Indeed!! The e-scrap dreamers like I used to be now know this all to well.
Well, at least in the vast amounts of gold that we thought it should be as 
we drooled over our "golden" e-scrap delights. 8)


----------



## nlvince (Aug 19, 2017)

Here's a better picture without use of the flash


----------



## anachronism (Aug 19, 2017)

cosmetal said:


> ENIG plate? All the gold is hiding in the wire bonds.
> 
> The color doesn't look right for hard plate (your photo off-color?). Also. a lot of scratches.
> 
> The old prospector told the new greenhorn "If you thinks it's gold . . . it ain't."

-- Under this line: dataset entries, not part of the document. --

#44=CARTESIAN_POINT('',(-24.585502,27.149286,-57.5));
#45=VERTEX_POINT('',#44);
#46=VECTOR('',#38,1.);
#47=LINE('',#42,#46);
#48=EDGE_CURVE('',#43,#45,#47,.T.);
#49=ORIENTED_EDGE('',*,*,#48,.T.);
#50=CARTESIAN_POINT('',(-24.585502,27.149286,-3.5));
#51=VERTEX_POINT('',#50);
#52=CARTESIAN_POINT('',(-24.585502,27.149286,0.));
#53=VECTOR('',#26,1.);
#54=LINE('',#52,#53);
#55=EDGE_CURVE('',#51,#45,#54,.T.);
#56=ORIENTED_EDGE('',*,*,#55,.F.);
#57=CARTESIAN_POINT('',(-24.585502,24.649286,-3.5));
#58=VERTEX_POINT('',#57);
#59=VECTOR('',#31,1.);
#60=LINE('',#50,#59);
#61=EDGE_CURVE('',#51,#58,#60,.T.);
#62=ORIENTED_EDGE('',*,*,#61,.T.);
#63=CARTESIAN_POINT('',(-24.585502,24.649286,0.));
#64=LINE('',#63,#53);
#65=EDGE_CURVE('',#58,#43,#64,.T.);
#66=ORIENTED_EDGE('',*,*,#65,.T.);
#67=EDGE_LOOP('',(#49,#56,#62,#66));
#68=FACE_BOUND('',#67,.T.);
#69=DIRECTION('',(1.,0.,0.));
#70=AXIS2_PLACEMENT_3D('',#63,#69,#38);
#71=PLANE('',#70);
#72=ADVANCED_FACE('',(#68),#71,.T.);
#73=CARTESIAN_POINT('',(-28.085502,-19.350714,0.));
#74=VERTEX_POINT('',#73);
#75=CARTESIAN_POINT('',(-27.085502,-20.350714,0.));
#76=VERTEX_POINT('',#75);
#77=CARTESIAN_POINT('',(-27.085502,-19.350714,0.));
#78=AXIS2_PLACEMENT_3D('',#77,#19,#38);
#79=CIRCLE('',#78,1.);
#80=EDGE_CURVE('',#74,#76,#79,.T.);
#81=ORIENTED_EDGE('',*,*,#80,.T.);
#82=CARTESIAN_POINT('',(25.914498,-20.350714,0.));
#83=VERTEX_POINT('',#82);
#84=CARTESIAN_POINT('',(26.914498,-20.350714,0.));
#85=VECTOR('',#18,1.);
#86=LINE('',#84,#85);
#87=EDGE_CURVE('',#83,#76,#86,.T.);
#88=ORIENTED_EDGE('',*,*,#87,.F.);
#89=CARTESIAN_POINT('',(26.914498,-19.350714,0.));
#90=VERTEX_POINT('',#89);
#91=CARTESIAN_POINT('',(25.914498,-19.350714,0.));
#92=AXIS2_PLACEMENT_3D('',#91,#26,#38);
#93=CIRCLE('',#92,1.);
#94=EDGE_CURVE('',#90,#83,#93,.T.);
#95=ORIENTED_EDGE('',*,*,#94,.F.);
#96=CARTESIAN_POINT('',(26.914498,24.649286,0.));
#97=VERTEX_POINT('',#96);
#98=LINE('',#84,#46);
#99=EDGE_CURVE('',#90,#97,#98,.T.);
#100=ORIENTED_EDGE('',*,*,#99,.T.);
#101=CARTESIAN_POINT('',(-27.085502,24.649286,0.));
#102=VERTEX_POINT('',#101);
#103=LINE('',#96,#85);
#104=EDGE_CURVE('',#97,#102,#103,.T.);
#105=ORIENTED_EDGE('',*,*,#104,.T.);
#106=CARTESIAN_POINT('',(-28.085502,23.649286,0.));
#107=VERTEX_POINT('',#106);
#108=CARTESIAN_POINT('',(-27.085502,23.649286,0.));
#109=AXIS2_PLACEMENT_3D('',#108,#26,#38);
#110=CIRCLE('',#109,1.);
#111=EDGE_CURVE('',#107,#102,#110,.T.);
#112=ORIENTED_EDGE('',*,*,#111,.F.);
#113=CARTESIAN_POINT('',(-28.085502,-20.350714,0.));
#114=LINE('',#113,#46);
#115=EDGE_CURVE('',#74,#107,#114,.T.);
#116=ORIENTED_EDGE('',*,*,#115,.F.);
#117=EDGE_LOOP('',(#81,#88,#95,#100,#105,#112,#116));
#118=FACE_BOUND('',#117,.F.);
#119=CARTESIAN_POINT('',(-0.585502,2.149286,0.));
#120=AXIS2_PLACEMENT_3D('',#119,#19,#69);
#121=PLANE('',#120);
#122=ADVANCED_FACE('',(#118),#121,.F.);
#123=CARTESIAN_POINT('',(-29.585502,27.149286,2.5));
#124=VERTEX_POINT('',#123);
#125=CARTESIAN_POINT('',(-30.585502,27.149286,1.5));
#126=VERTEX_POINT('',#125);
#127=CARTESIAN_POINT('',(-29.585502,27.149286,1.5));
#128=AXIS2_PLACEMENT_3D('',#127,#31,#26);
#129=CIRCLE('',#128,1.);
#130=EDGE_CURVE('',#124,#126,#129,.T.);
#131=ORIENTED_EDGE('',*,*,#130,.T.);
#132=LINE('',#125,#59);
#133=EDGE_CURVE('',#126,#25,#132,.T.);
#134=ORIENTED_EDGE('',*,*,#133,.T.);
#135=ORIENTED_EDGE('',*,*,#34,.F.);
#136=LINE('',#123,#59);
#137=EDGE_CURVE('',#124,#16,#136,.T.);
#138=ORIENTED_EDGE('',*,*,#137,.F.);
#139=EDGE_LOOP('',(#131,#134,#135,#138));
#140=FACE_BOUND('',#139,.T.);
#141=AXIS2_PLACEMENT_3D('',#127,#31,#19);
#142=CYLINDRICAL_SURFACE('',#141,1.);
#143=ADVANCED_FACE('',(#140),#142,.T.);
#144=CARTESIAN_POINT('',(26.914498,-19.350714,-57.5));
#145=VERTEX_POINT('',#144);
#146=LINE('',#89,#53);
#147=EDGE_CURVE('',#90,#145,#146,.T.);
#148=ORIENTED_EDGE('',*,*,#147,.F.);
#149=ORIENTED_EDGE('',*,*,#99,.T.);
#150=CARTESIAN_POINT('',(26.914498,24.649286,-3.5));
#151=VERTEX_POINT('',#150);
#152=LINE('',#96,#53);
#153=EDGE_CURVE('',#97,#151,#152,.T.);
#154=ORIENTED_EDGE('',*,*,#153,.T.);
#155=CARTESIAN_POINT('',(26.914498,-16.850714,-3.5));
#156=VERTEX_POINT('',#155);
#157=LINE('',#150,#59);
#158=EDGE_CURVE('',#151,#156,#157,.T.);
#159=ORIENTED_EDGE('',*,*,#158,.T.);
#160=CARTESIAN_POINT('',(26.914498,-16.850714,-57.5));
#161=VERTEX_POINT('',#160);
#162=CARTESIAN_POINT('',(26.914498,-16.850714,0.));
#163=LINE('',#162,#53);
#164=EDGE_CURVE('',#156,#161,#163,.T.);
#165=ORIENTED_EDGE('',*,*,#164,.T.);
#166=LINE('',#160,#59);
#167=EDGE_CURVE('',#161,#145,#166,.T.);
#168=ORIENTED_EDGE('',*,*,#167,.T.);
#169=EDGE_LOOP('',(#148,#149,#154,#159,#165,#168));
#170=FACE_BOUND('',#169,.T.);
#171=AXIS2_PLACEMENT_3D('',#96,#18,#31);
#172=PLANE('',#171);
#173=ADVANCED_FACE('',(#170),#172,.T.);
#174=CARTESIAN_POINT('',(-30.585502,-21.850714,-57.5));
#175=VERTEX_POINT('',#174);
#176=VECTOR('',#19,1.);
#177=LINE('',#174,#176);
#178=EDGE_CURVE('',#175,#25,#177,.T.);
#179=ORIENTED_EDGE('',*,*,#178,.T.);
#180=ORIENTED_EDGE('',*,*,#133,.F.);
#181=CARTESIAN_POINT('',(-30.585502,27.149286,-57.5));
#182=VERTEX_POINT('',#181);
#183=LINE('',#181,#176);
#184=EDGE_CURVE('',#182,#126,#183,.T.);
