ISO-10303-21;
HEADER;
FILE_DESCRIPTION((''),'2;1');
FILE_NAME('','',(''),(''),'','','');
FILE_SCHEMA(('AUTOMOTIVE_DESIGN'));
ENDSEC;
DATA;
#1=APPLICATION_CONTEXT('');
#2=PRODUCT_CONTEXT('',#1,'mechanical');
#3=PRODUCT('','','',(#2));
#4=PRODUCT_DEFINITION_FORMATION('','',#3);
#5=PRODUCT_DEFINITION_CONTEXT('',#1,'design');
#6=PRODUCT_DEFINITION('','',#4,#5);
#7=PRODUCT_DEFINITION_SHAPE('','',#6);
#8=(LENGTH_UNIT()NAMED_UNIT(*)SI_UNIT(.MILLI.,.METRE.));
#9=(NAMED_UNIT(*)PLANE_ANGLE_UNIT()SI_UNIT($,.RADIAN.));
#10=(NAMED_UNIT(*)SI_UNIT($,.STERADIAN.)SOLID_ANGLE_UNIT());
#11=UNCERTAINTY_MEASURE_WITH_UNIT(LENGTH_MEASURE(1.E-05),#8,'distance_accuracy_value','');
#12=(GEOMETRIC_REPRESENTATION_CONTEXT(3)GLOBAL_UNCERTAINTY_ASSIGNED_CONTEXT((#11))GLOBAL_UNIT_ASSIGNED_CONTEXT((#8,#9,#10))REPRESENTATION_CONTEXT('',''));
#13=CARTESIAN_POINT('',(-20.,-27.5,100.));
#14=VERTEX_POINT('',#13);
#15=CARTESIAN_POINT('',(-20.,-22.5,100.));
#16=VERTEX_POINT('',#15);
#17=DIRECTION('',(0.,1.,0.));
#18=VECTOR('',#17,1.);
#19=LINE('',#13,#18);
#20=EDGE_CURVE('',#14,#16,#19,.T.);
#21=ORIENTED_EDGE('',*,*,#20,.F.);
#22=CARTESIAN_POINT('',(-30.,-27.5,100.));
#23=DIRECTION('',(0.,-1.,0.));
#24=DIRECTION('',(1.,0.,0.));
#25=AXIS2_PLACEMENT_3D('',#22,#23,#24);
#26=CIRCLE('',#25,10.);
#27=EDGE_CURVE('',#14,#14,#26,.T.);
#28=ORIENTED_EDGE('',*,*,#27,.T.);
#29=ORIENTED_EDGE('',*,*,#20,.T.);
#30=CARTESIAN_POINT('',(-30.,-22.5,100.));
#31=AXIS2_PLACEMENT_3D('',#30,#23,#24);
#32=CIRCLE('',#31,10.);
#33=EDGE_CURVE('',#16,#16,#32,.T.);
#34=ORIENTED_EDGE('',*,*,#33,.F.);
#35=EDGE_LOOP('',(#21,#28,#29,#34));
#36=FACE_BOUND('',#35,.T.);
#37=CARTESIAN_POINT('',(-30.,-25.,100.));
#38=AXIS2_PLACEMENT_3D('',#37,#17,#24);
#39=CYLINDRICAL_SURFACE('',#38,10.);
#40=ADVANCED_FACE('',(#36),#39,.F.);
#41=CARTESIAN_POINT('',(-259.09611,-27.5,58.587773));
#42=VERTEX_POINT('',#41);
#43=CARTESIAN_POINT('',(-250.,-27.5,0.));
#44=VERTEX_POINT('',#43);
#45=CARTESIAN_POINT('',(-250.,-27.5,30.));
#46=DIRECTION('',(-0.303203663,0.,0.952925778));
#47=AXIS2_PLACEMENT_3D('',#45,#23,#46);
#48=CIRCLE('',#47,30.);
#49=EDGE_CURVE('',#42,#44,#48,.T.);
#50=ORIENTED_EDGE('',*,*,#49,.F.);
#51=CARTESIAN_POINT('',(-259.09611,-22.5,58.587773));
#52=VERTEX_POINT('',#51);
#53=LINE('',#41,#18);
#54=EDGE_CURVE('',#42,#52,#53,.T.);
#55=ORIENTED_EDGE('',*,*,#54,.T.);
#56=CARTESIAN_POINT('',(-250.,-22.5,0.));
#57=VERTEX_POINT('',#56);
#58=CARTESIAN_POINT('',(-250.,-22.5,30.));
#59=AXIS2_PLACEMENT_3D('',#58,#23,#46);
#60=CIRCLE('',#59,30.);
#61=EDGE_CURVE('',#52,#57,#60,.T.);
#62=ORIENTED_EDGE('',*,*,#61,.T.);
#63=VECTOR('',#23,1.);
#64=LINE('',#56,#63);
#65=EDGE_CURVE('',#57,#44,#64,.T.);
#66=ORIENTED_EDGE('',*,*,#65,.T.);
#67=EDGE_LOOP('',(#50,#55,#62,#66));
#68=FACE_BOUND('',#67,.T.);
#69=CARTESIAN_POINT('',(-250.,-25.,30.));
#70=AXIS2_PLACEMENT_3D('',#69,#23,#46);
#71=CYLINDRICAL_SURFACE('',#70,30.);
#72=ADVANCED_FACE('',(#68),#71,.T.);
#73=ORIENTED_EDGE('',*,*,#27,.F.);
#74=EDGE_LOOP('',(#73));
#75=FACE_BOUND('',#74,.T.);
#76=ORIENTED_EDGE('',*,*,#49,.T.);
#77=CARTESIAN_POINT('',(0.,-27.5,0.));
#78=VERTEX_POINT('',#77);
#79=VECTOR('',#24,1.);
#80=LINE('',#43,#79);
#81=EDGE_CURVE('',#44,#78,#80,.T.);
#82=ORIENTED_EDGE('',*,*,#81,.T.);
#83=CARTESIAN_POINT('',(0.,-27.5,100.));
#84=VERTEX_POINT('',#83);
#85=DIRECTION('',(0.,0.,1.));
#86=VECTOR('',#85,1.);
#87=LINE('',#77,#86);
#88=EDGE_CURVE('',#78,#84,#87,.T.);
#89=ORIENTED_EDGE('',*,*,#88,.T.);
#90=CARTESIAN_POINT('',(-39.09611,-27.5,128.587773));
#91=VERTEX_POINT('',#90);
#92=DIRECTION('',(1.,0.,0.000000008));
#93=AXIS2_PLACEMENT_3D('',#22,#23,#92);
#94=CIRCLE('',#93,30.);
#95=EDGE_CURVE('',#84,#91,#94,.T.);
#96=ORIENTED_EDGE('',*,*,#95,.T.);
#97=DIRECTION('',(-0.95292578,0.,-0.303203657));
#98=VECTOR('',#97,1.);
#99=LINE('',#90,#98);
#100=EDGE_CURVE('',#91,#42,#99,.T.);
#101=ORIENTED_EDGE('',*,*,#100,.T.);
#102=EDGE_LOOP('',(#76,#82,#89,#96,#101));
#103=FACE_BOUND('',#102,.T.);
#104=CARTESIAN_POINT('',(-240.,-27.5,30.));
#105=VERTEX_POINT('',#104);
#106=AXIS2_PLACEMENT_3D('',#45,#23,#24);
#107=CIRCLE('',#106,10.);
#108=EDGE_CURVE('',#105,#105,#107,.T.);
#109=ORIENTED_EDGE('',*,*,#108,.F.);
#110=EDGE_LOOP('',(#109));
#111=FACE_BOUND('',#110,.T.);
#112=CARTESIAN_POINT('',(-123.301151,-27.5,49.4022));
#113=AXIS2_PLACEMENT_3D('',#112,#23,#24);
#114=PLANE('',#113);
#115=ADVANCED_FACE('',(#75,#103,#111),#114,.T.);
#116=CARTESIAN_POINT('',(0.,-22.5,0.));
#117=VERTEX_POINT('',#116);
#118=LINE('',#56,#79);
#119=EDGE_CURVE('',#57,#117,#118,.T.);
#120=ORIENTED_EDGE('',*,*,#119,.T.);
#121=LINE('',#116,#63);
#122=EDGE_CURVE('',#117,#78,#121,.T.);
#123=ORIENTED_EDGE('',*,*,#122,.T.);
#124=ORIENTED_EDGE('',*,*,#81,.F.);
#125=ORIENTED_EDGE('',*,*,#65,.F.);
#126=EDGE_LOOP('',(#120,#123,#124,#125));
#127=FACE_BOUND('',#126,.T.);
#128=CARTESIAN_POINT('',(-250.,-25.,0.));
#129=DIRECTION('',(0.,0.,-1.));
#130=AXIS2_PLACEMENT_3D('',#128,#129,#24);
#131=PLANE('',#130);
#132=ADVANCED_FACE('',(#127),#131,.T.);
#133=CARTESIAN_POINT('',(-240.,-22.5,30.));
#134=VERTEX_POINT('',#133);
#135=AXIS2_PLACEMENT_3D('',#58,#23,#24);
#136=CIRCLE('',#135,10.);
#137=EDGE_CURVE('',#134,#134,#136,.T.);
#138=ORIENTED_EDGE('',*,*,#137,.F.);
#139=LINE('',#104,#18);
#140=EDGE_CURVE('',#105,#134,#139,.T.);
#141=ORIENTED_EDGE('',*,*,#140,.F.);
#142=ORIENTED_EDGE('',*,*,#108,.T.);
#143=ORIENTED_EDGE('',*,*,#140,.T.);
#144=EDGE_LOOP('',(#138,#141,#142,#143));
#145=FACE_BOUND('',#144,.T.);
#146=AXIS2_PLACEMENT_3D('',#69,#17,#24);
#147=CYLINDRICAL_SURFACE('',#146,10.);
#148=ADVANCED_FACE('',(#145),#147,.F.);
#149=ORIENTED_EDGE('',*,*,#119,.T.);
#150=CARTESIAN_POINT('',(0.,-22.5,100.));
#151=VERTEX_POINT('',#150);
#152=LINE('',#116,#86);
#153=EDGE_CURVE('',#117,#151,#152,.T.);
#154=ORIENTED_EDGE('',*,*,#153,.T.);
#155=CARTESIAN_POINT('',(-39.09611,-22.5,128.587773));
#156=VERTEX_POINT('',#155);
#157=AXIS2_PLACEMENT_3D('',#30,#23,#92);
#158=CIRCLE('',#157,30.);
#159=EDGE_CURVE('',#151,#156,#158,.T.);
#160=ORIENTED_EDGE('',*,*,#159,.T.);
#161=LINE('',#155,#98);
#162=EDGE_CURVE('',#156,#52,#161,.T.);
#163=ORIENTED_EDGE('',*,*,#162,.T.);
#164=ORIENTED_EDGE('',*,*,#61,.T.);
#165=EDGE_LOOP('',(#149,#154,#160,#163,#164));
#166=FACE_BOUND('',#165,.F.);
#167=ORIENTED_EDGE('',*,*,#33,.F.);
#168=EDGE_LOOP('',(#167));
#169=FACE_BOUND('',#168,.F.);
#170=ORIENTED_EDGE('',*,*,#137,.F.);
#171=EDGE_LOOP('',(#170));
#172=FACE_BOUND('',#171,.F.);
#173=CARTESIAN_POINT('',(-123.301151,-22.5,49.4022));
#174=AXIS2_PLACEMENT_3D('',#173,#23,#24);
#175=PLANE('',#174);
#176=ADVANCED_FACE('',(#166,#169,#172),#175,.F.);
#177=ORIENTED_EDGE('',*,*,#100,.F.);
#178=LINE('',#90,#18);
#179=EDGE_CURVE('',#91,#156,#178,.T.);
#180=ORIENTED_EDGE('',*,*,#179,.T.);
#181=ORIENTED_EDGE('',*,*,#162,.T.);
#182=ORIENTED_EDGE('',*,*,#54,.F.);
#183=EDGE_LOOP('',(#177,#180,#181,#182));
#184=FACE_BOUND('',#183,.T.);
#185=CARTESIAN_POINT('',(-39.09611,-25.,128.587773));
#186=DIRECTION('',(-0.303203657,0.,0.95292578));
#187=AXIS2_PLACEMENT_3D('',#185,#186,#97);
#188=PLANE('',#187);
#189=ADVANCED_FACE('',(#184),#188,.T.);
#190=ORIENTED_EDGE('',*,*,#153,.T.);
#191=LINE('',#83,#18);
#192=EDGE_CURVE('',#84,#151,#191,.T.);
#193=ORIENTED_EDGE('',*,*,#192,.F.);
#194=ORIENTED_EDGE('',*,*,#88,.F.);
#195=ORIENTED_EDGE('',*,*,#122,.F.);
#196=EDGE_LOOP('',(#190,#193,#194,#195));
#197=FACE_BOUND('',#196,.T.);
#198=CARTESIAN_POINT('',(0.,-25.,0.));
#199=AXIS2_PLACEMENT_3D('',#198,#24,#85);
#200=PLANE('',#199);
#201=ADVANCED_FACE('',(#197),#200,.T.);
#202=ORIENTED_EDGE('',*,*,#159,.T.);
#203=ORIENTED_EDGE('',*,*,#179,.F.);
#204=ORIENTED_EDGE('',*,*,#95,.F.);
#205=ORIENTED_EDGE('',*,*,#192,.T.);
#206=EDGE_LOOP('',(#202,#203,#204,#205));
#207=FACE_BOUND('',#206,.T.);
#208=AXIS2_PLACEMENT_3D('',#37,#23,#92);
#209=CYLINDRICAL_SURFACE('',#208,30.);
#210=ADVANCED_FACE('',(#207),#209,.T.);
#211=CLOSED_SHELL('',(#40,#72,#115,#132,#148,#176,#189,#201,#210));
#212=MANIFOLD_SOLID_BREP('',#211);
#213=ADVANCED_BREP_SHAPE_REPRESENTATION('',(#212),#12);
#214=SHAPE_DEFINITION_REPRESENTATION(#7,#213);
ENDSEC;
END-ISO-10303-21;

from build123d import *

# Parameters (mm, degrees)
F1_R     = 10
F2_DEPTH = 2.5


with BuildPart() as f2:
    # F1 (on offset) → F2 (new body, symmetric)
    with BuildSketch(Plane.XZ.offset(25)):
        with BuildLine():
            ThreePointArc((-259.09611, 58.587773), (-279.644841, 25.397457), (-250, 0))
            Line((-250, 0), (0, 0))
            Line((0, 0), (0, 100))
            ThreePointArc((0, 100), (-12.292421, 124.216557), (-39.09611, 128.587773))
            Line((-39.09611, 128.587773), (-259.09611, 58.587773))
        make_face()
        with Locations((-250, 30)):
            Circle(F1_R, mode=Mode.SUBTRACT)
        with Locations((-30, 100)):
            Circle(F1_R, mode=Mode.SUBTRACT)
    extrude(amount=F2_DEPTH, both=True)


solid = f2.part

Which wire bonds are you referring to?


----------



## cosmetal (Aug 19, 2017)

http://spectrum.ieee.org/tech-history/silicon-revolution/chip-hall-of-fame-sun-microsystems-sparc-processor

Internal gold wires attaching the silicon die to the CPU leadframe.

James


----------



## anachronism (Aug 19, 2017)

Do you have a photo of one of YOUR chips with the heatsink removed?


----------



## nlvince (Aug 19, 2017)

I will remove one of the heatsinks tomorrow and then post a picture. I have a total of around 280 pieces so I hope there's some gold hiding underneath the heatsink :G

Here's a video that also shows the chips still attached to the board:

https://youtu.be/EoznUpL8p5M?t=14m43s


----------



## g_axelsson (Aug 19, 2017)

Nice scrap, is it your video?

Looking at the pictures and the movie it looks like there is a fiber board below the heat spreader. Then it probably is a flip-chip design, like any P4 cpu. From the XRF results the heatspreader looks like it is copper base with heavy nickel plating and gold flash.
With a flip-chip there are no gold bond wires.

As has been stated before, thin plating is often mirror finish while thick gold plate has a more dull appearance.

Best way to get gold from the CPU:s is to sell them to collectors and buy gold for the money. :wink: 

Göran


----------



## nlvince (Aug 20, 2017)

Here's a picture with the heat sink removed.

@ Göran: Yeah that's also what I thought from the results. It's not my video but I noticed that those boards have the same chips on them. 

I'll let the experts here decide wether it's a flip-chip or not.


----------



## g_axelsson (Aug 20, 2017)

It looks like the base is made from some ceramic material, but the fact that the chip is soldered (probably indium solder) to the heat spreader means there are no bond wires.

Sell them to collectors, at $5 each you only need to sell two to get more worth from them than the total gold is worth. CPU-world.com is a good site for that or ebay.
Either that or selling them to boardsort or similar company.

Göran


----------



## cosmetal (Aug 20, 2017)

nlvince,

Just curious, what prompted you to identify these as SPARC CPUs in the first place?

James


----------



## goldsilverpro (Aug 20, 2017)

Any gold XRF result on gold plated materials is meaningless.


----------



## nlvince (Aug 20, 2017)

cosmetal said:


> nlvince,
> 
> Just curious, what prompted you to identify these as SPARC CPUs in the first place?
> 
> James



They are described as SPARC in this thread: http://www.theregister.co.uk/2010/12/03/oracle_sparct4_fujitsu_sparc64/

And I couldn't find any other info on them so I presumed that they were indeed SPARC CPUs.



goldsilverpro said:


> Any gold XRF result on gold plated materials is meaningless.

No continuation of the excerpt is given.